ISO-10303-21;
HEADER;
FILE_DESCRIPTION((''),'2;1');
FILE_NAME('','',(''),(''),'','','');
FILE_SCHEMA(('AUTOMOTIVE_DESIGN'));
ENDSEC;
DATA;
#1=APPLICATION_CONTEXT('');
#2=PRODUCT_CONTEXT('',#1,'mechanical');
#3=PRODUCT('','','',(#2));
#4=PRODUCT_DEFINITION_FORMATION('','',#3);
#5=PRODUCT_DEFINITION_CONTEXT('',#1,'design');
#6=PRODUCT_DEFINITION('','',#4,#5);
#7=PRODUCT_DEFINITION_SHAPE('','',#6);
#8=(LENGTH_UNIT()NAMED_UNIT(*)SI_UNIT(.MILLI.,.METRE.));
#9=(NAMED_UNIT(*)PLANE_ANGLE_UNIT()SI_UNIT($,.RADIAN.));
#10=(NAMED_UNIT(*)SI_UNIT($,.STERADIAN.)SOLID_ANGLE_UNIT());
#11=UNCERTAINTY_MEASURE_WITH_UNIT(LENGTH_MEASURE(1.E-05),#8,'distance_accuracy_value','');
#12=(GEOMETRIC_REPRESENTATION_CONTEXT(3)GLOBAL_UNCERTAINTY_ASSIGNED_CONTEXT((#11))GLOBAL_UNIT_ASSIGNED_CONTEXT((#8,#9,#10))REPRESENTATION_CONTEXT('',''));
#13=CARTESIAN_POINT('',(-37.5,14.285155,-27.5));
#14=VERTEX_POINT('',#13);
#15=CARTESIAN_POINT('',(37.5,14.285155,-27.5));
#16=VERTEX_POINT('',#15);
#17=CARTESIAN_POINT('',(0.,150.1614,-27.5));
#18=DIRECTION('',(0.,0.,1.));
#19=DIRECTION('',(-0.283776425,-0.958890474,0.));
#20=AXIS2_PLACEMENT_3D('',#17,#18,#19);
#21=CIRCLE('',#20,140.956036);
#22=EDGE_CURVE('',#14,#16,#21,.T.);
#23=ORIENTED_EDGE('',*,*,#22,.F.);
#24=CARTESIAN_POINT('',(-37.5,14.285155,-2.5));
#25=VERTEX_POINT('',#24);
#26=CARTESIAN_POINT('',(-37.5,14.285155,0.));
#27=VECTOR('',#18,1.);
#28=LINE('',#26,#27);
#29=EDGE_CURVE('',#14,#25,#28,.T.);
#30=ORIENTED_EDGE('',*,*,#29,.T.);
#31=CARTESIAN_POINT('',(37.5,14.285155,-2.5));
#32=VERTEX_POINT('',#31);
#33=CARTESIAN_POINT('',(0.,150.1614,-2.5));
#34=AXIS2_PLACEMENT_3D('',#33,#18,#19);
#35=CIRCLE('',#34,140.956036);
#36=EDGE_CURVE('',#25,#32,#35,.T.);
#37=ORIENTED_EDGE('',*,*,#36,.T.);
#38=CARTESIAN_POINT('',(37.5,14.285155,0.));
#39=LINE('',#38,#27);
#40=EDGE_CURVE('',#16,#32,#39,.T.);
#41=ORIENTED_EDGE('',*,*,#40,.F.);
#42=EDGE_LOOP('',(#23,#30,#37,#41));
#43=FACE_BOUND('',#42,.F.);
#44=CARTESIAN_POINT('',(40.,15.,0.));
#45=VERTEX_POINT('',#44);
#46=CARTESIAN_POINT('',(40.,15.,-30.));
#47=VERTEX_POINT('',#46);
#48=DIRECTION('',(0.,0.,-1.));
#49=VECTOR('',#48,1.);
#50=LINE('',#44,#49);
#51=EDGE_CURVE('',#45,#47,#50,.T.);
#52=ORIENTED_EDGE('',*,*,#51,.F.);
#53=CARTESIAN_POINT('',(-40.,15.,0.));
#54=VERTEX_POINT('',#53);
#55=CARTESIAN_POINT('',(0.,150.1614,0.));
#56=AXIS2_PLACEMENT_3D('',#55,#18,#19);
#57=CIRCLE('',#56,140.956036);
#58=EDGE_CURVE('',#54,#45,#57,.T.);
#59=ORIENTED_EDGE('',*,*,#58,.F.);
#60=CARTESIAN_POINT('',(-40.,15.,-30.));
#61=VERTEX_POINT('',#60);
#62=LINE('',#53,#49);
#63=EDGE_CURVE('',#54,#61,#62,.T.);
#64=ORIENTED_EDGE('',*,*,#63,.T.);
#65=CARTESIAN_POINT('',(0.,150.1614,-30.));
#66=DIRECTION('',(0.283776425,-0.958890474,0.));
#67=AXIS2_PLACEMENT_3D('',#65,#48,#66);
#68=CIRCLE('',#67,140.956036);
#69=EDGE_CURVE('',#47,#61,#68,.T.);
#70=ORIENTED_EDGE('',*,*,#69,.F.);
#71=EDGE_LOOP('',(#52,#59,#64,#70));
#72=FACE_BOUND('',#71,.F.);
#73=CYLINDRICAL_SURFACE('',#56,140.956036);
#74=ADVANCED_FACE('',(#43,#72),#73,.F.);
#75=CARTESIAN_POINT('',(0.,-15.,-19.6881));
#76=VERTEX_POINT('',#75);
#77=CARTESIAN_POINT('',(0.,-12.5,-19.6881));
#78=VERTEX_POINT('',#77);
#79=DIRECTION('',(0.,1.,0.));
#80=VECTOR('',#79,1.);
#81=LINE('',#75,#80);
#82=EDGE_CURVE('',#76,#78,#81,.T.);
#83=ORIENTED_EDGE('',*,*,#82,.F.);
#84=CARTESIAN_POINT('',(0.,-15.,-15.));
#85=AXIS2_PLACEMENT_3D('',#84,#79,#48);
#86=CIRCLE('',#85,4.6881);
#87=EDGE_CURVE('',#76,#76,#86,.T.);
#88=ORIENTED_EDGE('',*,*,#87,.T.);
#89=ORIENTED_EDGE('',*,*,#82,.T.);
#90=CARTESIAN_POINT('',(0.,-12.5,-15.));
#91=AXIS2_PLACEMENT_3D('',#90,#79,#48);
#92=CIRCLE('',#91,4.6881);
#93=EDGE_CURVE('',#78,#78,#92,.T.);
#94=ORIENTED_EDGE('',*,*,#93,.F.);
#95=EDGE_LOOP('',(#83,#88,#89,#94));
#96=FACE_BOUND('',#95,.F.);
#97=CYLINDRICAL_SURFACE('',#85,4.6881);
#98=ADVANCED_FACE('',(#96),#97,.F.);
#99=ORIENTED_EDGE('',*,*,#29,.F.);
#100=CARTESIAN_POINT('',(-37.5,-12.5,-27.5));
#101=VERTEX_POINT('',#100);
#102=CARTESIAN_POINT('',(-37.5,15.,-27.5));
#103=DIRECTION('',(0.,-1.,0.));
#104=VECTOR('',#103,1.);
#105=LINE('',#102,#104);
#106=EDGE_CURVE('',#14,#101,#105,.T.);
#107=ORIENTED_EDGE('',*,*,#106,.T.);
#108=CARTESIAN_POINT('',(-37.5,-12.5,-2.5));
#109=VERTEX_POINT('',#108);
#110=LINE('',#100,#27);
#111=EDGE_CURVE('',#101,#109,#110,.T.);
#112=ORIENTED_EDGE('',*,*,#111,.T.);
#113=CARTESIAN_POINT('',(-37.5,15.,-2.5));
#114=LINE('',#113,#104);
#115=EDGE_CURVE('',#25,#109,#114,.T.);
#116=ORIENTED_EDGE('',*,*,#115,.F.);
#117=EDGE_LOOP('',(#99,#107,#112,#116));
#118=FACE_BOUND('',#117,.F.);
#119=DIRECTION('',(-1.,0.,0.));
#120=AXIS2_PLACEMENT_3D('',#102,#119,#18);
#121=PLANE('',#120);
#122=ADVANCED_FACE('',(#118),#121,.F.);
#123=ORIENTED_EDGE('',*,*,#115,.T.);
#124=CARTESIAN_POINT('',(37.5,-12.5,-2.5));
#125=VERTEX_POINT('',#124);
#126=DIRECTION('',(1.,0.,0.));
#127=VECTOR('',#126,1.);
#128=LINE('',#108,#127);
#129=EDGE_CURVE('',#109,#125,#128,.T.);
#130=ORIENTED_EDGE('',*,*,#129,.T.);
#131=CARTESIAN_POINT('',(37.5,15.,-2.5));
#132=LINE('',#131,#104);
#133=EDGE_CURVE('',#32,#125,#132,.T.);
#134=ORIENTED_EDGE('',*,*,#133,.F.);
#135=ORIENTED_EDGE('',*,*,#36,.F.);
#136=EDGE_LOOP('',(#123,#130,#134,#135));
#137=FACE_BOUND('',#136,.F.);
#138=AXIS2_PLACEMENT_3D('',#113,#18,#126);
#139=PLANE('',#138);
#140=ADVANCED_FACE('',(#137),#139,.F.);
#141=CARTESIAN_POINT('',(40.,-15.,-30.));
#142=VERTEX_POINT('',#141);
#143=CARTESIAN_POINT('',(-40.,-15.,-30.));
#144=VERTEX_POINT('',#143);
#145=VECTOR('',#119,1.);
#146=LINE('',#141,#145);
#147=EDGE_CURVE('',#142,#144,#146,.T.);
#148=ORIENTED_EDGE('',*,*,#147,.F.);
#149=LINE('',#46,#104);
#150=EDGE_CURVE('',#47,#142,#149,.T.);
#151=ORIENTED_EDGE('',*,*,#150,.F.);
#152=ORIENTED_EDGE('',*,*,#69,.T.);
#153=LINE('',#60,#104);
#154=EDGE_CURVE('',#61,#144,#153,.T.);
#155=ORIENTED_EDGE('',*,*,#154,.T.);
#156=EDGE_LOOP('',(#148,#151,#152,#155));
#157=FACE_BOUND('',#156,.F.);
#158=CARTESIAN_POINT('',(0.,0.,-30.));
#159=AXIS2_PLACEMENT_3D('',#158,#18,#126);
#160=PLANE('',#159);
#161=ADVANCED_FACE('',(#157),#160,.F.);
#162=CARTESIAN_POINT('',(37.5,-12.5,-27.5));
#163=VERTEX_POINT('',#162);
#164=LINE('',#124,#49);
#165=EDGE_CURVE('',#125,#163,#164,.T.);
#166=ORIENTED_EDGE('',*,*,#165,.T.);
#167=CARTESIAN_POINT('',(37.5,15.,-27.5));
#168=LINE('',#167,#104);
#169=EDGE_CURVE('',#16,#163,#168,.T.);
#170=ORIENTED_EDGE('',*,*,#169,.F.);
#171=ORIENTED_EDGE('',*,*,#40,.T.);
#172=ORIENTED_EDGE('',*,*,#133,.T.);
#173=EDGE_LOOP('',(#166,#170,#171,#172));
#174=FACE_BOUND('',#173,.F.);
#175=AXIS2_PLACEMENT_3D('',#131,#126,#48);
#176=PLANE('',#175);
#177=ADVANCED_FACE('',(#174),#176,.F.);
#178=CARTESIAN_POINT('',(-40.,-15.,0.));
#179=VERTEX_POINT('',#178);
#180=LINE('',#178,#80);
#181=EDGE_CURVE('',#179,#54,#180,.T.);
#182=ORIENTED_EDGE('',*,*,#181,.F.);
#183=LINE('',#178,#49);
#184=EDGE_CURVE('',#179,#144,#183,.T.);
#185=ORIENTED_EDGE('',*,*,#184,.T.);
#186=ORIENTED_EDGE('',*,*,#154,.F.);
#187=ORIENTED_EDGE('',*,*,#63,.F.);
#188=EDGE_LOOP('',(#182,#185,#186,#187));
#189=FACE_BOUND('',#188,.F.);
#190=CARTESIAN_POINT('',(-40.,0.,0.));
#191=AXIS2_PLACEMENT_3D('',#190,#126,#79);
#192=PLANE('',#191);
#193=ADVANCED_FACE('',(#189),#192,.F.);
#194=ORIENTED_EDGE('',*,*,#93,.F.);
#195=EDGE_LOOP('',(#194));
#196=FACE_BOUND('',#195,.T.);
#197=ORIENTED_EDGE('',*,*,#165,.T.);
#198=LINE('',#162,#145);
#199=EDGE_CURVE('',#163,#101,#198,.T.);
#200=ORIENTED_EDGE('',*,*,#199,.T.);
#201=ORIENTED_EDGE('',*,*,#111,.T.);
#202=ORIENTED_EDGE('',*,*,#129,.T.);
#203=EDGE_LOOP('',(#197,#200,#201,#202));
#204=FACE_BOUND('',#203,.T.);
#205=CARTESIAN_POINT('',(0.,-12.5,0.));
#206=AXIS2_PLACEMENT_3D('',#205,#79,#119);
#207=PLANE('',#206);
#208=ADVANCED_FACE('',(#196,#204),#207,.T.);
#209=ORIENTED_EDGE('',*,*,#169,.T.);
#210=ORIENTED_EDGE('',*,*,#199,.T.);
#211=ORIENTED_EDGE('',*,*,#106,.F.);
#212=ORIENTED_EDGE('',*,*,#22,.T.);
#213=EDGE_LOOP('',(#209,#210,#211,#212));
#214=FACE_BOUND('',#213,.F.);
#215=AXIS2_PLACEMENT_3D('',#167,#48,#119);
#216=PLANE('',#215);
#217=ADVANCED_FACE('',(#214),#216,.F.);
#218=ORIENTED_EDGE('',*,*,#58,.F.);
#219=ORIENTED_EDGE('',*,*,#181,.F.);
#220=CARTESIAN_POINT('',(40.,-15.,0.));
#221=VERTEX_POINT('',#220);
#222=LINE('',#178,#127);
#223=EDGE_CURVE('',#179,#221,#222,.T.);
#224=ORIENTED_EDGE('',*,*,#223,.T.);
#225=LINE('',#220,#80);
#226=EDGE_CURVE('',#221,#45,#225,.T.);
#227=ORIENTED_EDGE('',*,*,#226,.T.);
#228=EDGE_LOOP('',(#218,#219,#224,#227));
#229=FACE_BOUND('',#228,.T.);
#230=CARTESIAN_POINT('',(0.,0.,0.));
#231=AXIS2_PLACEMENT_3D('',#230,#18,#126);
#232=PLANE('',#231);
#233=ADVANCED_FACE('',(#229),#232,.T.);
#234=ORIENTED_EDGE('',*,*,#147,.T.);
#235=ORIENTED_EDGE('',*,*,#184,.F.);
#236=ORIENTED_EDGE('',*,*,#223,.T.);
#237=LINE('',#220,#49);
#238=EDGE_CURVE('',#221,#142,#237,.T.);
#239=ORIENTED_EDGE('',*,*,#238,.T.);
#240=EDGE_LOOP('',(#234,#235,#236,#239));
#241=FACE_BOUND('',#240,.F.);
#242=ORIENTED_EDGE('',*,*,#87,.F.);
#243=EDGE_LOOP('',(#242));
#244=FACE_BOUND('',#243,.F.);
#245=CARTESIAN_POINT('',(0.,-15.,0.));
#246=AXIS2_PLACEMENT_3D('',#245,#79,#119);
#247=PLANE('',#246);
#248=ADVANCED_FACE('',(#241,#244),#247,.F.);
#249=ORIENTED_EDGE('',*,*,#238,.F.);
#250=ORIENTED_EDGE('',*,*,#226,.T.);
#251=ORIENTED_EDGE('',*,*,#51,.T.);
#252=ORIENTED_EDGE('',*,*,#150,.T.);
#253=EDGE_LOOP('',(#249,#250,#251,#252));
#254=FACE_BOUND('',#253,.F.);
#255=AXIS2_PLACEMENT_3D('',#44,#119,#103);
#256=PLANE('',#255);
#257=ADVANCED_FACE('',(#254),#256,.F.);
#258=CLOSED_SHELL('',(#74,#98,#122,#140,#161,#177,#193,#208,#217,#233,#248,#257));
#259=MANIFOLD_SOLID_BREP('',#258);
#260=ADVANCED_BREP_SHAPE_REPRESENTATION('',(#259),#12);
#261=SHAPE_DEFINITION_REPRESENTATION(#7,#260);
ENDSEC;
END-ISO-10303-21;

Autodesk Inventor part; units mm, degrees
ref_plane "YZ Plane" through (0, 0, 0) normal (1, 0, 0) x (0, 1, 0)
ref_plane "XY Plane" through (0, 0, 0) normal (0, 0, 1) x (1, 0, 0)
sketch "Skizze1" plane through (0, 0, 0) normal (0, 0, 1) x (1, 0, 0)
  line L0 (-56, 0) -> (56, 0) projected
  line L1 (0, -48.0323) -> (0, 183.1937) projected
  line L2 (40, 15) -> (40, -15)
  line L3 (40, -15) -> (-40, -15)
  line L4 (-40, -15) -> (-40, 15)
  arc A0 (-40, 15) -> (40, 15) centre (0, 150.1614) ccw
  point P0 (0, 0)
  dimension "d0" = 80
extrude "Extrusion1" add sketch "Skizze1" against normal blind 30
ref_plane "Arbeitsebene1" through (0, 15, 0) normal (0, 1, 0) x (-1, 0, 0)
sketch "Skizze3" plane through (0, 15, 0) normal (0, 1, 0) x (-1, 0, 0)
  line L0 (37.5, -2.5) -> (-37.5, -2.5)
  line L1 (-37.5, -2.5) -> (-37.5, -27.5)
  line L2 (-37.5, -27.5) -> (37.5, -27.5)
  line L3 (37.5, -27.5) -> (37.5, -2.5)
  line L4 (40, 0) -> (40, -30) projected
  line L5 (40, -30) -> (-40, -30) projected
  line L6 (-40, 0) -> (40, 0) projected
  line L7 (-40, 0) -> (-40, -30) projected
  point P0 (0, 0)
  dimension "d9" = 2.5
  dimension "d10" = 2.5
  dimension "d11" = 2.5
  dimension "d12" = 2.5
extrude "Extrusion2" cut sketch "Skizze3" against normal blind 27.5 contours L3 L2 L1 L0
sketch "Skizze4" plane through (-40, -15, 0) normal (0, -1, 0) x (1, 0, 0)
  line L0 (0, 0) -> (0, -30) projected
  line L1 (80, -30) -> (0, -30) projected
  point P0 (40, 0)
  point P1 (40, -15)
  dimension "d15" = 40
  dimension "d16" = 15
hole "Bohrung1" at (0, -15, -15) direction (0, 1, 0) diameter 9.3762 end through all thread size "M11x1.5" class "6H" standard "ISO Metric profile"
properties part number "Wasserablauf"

* * * * *

# PROBLEM DESCRIPTION:
Reproduce exactly the lines above from the line with "#55=CARTESIAN_POINT('',(0.,150.1614,0.));" to the line with "#113=CARTESIAN_POINT('',(-37.5,15.,-2.5));", including both, and add nothing.

# THE COMPLETED TASK:
#55=CARTESIAN_POINT('',(0.,150.1614,0.));
#56=AXIS2_PLACEMENT_3D('',#55,#18,#19);
#57=CIRCLE('',#56,140.956036);
#58=EDGE_CURVE('',#54,#45,#57,.T.);
#59=ORIENTED_EDGE('',*,*,#58,.F.);
#60=CARTESIAN_POINT('',(-40.,15.,-30.));
#61=VERTEX_POINT('',#60);
#62=LINE('',#53,#49);
#63=EDGE_CURVE('',#54,#61,#62,.T.);
#64=ORIENTED_EDGE('',*,*,#63,.T.);
#65=CARTESIAN_POINT('',(0.,150.1614,-30.));
#66=DIRECTION('',(0.283776425,-0.958890474,0.));
#67=AXIS2_PLACEMENT_3D('',#65,#48,#66);
#68=CIRCLE('',#67,140.956036);
#69=EDGE_CURVE('',#47,#61,#68,.T.);
#70=ORIENTED_EDGE('',*,*,#69,.F.);
#71=EDGE_LOOP('',(#52,#59,#64,#70));
#72=FACE_BOUND('',#71,.F.);
#73=CYLINDRICAL_SURFACE('',#56,140.956036);
#74=ADVANCED_FACE('',(#43,#72),#73,.F.);
#75=CARTESIAN_POINT('',(0.,-15.,-19.6881));
#76=VERTEX_POINT('',#75);
#77=CARTESIAN_POINT('',(0.,-12.5,-19.6881));
#78=VERTEX_POINT('',#77);
#79=DIRECTION('',(0.,1.,0.));
#80=VECTOR('',#79,1.);
#81=LINE('',#75,#80);
#82=EDGE_CURVE('',#76,#78,#81,.T.);
#83=ORIENTED_EDGE('',*,*,#82,.F.);
#84=CARTESIAN_POINT('',(0.,-15.,-15.));
#85=AXIS2_PLACEMENT_3D('',#84,#79,#48);
#86=CIRCLE('',#85,4.6881);
#87=EDGE_CURVE('',#76,#76,#86,.T.);
#88=ORIENTED_EDGE('',*,*,#87,.T.);
#89=ORIENTED_EDGE('',*,*,#82,.T.);
#90=CARTESIAN_POINT('',(0.,-12.5,-15.));
#91=AXIS2_PLACEMENT_3D('',#90,#79,#48);
#92=CIRCLE('',#91,4.6881);
#93=EDGE_CURVE('',#78,#78,#92,.T.);
#94=ORIENTED_EDGE('',*,*,#93,.F.);
#95=EDGE_LOOP('',(#83,#88,#89,#94));
#96=FACE_BOUND('',#95,.F.);
#97=CYLINDRICAL_SURFACE('',#85,4.6881);
#98=ADVANCED_FACE('',(#96),#97,.F.);
#99=ORIENTED_EDGE('',*,*,#29,.F.);
#100=CARTESIAN_POINT('',(-37.5,-12.5,-27.5));
#101=VERTEX_POINT('',#100);
#102=CARTESIAN_POINT('',(-37.5,15.,-27.5));
#103=DIRECTION('',(0.,-1.,0.));
#104=VECTOR('',#103,1.);
#105=LINE('',#102,#104);
#106=EDGE_CURVE('',#14,#101,#105,.T.);
#107=ORIENTED_EDGE('',*,*,#106,.T.);
#108=CARTESIAN_POINT('',(-37.5,-12.5,-2.5));
#109=VERTEX_POINT('',#108);
#110=LINE('',#100,#27);
#111=EDGE_CURVE('',#101,#109,#110,.T.);
#112=ORIENTED_EDGE('',*,*,#111,.T.);
#113=CARTESIAN_POINT('',(-37.5,15.,-2.5));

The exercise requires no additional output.